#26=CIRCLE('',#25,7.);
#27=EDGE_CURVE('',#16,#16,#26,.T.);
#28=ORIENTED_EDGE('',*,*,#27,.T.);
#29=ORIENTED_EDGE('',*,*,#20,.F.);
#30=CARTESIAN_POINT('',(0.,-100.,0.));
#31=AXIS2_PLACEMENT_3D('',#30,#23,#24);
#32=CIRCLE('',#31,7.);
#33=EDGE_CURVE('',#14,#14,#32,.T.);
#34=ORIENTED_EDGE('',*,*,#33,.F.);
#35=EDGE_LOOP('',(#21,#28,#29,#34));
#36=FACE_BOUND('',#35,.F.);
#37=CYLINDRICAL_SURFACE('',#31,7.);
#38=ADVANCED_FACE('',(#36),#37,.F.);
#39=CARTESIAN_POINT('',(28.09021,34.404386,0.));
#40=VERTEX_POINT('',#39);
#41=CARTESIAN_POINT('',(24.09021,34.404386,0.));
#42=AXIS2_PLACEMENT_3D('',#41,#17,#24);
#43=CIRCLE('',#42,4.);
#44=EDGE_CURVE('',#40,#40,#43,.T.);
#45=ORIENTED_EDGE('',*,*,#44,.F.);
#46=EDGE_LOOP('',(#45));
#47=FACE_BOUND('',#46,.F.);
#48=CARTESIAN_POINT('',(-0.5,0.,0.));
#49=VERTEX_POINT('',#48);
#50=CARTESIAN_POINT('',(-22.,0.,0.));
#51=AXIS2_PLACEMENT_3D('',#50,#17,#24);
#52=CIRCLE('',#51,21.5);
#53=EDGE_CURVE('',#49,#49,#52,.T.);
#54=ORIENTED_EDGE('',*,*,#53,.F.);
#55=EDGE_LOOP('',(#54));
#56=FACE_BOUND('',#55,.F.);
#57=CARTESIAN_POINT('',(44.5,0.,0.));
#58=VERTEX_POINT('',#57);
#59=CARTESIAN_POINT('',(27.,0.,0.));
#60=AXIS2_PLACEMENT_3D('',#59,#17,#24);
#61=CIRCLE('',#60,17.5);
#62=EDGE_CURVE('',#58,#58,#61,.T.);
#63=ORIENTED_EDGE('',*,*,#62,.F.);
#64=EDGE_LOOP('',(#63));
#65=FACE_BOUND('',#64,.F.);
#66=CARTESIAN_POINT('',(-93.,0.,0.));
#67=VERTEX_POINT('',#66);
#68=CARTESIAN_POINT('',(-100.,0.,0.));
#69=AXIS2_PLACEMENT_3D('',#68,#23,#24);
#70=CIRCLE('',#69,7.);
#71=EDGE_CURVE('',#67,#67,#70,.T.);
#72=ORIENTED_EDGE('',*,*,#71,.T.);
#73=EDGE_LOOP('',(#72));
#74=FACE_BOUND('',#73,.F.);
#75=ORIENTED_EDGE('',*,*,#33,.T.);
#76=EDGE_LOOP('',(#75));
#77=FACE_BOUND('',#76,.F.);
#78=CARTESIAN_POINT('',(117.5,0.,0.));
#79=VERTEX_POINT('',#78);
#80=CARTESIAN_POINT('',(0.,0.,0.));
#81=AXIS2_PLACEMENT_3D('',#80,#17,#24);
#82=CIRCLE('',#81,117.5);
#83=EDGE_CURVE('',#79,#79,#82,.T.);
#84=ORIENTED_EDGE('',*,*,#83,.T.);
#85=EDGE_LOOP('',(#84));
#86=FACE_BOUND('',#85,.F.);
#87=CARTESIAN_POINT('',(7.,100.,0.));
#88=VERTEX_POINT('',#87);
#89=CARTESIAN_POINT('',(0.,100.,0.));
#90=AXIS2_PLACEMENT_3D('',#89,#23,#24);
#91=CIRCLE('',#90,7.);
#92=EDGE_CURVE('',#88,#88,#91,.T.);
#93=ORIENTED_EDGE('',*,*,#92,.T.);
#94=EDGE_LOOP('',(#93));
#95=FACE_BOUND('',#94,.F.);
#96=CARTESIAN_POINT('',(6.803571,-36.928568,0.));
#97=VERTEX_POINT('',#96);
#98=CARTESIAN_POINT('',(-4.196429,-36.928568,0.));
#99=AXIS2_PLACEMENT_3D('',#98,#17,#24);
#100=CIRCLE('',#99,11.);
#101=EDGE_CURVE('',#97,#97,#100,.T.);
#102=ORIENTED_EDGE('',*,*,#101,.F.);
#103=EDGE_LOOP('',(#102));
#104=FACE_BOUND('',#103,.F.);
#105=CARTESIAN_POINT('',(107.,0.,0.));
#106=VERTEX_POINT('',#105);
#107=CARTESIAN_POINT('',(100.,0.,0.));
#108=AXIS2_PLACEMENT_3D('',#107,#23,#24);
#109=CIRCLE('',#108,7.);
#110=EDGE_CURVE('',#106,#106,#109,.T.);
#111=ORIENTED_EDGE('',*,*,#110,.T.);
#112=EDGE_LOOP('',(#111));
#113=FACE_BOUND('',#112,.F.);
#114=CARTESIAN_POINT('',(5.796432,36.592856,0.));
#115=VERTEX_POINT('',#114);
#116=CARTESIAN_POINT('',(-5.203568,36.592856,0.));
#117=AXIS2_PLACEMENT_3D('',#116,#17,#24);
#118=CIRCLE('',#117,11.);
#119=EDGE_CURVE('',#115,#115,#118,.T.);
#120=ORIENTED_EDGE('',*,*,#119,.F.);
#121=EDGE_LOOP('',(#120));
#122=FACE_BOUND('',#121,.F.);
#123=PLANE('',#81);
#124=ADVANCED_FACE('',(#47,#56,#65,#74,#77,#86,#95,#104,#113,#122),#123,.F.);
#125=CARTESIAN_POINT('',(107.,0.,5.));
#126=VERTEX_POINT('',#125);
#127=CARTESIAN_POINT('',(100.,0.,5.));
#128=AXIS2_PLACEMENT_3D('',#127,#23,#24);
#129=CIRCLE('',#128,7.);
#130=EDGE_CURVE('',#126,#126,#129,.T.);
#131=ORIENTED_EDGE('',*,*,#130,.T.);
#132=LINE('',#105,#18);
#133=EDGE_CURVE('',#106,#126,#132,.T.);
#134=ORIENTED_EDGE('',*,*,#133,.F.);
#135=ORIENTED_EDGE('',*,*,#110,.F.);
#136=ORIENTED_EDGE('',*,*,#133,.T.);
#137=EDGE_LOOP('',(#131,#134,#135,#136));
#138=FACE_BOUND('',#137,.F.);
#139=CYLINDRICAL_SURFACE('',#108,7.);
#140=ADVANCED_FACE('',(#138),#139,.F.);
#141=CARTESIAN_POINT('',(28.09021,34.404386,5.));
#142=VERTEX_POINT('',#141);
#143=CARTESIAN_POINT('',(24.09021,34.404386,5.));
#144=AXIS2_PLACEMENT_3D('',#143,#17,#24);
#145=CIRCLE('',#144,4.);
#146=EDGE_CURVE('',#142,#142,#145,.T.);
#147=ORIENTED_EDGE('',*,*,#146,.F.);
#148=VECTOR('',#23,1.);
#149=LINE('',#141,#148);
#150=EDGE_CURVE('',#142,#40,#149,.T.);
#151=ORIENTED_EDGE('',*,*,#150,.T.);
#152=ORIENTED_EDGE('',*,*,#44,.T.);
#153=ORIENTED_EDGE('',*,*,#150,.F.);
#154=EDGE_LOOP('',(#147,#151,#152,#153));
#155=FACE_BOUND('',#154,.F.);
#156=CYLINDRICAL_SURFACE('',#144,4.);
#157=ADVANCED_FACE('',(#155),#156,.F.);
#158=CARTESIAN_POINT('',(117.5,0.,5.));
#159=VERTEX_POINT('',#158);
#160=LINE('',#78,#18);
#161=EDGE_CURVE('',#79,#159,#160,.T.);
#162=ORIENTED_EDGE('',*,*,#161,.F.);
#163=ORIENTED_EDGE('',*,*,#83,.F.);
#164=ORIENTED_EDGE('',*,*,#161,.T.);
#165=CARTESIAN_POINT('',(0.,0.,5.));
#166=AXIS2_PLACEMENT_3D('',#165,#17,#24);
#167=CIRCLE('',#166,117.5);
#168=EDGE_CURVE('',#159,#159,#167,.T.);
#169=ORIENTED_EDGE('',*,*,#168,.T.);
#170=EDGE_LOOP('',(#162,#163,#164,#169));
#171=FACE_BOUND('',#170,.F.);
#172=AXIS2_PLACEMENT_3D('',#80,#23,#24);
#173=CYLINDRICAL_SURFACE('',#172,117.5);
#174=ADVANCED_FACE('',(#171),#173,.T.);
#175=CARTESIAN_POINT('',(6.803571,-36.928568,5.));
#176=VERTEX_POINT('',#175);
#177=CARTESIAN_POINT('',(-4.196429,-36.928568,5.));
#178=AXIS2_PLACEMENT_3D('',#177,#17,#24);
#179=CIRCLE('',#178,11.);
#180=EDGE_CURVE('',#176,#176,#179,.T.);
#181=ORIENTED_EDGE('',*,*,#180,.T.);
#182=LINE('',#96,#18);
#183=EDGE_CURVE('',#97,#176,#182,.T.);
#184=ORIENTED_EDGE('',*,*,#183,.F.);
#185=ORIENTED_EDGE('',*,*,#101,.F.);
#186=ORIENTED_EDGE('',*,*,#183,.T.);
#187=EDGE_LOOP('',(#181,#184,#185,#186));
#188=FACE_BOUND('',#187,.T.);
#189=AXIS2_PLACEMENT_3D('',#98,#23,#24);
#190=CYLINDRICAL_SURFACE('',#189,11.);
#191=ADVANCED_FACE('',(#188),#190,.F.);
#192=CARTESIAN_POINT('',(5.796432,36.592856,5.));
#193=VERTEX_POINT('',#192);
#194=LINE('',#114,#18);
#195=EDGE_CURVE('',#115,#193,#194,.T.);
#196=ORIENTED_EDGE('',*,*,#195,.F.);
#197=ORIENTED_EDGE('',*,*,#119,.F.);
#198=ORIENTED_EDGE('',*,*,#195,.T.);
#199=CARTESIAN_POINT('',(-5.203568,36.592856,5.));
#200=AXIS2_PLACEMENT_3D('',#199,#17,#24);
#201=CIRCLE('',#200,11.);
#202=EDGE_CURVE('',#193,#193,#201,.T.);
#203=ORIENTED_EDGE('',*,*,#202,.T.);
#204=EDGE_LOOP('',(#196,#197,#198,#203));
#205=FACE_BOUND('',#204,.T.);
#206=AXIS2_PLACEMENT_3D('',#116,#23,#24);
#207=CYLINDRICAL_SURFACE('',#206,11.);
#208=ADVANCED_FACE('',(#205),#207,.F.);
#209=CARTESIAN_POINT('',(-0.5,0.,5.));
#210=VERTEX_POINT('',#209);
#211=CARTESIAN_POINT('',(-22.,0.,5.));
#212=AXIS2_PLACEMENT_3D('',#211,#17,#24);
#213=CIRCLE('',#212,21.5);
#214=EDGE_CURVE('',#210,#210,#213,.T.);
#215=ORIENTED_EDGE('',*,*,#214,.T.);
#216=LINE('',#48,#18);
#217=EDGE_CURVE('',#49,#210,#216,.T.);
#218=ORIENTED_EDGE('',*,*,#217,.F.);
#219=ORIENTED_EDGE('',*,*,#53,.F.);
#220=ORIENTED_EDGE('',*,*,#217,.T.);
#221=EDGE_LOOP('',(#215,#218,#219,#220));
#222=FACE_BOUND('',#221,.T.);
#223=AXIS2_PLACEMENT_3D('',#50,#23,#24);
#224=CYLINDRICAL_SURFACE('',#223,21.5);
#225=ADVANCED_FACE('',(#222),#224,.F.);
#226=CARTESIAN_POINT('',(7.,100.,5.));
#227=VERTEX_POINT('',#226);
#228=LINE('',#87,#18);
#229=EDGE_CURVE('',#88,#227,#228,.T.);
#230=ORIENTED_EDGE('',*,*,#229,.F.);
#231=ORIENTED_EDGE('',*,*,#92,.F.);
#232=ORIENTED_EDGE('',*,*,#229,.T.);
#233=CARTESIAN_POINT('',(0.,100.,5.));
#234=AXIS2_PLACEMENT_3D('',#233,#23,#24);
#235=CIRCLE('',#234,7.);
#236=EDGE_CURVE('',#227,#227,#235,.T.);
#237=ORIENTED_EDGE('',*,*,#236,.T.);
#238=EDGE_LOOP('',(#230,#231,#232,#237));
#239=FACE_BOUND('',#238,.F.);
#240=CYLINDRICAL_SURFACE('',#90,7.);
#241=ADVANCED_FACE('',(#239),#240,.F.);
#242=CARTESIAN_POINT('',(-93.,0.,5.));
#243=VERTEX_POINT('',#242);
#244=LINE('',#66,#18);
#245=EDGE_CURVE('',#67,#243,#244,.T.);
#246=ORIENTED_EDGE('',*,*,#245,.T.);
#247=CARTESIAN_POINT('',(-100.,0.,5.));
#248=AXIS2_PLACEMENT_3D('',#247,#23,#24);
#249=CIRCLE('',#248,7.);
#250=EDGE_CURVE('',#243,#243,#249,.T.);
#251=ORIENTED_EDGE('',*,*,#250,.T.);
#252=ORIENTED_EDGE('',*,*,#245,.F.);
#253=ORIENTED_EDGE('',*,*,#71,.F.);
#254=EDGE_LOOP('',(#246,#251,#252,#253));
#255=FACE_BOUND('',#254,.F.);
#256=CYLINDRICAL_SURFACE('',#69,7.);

> **What to do**
Give back, word for word, only the lines from the one containing "#210=VERTEX_POINT('',#209);" through the closing line of the entries.

> **Worked solution**
#210=VERTEX_POINT('',#209);
#211=CARTESIAN_POINT('',(-22.,0.,5.));
#212=AXIS2_PLACEMENT_3D('',#211,#17,#24);
#213=CIRCLE('',#212,21.5);
#214=EDGE_CURVE('',#210,#210,#213,.T.);
#215=ORIENTED_EDGE('',*,*,#214,.T.);
#216=LINE('',#48,#18);
#217=EDGE_CURVE('',#49,#210,#216,.T.);
#218=ORIENTED_EDGE('',*,*,#217,.F.);
#219=ORIENTED_EDGE('',*,*,#53,.F.);
#220=ORIENTED_EDGE('',*,*,#217,.T.);
#221=EDGE_LOOP('',(#215,#218,#219,#220));
#222=FACE_BOUND('',#221,.T.);
#223=AXIS2_PLACEMENT_3D('',#50,#23,#24);
#224=CYLINDRICAL_SURFACE('',#223,21.5);
#225=ADVANCED_FACE('',(#222),#224,.F.);
#226=CARTESIAN_POINT('',(7.,100.,5.));
#227=VERTEX_POINT('',#226);
#228=LINE('',#87,#18);
#229=EDGE_CURVE('',#88,#227,#228,.T.);
#230=ORIENTED_EDGE('',*,*,#229,.F.);
#231=ORIENTED_EDGE('',*,*,#92,.F.);
#232=ORIENTED_EDGE('',*,*,#229,.T.);
#233=CARTESIAN_POINT('',(0.,100.,5.));
#234=AXIS2_PLACEMENT_3D('',#233,#23,#24);
#235=CIRCLE('',#234,7.);
#236=EDGE_CURVE('',#227,#227,#235,.T.);
#237=ORIENTED_EDGE('',*,*,#236,.T.);
#238=EDGE_LOOP('',(#230,#231,#232,#237));
#239=FACE_BOUND('',#238,.F.);
#240=CYLINDRICAL_SURFACE('',#90,7.);
#241=ADVANCED_FACE('',(#239),#240,.F.);
#242=CARTESIAN_POINT('',(-93.,0.,5.));
#243=VERTEX_POINT('',#242);
#244=LINE('',#66,#18);
#245=EDGE_CURVE('',#67,#243,#244,.T.);
#246=ORIENTED_EDGE('',*,*,#245,.T.);
#247=CARTESIAN_POINT('',(-100.,0.,5.));
#248=AXIS2_PLACEMENT_3D('',#247,#23,#24);
#249=CIRCLE('',#248,7.);
#250=EDGE_CURVE('',#243,#243,#249,.T.);
#251=ORIENTED_EDGE('',*,*,#250,.T.);
#252=ORIENTED_EDGE('',*,*,#245,.F.);
#253=ORIENTED_EDGE('',*,*,#71,.F.);
#254=EDGE_LOOP('',(#246,#251,#252,#253));
#255=FACE_BOUND('',#254,.F.);
#256=CYLINDRICAL_SURFACE('',#69,7.);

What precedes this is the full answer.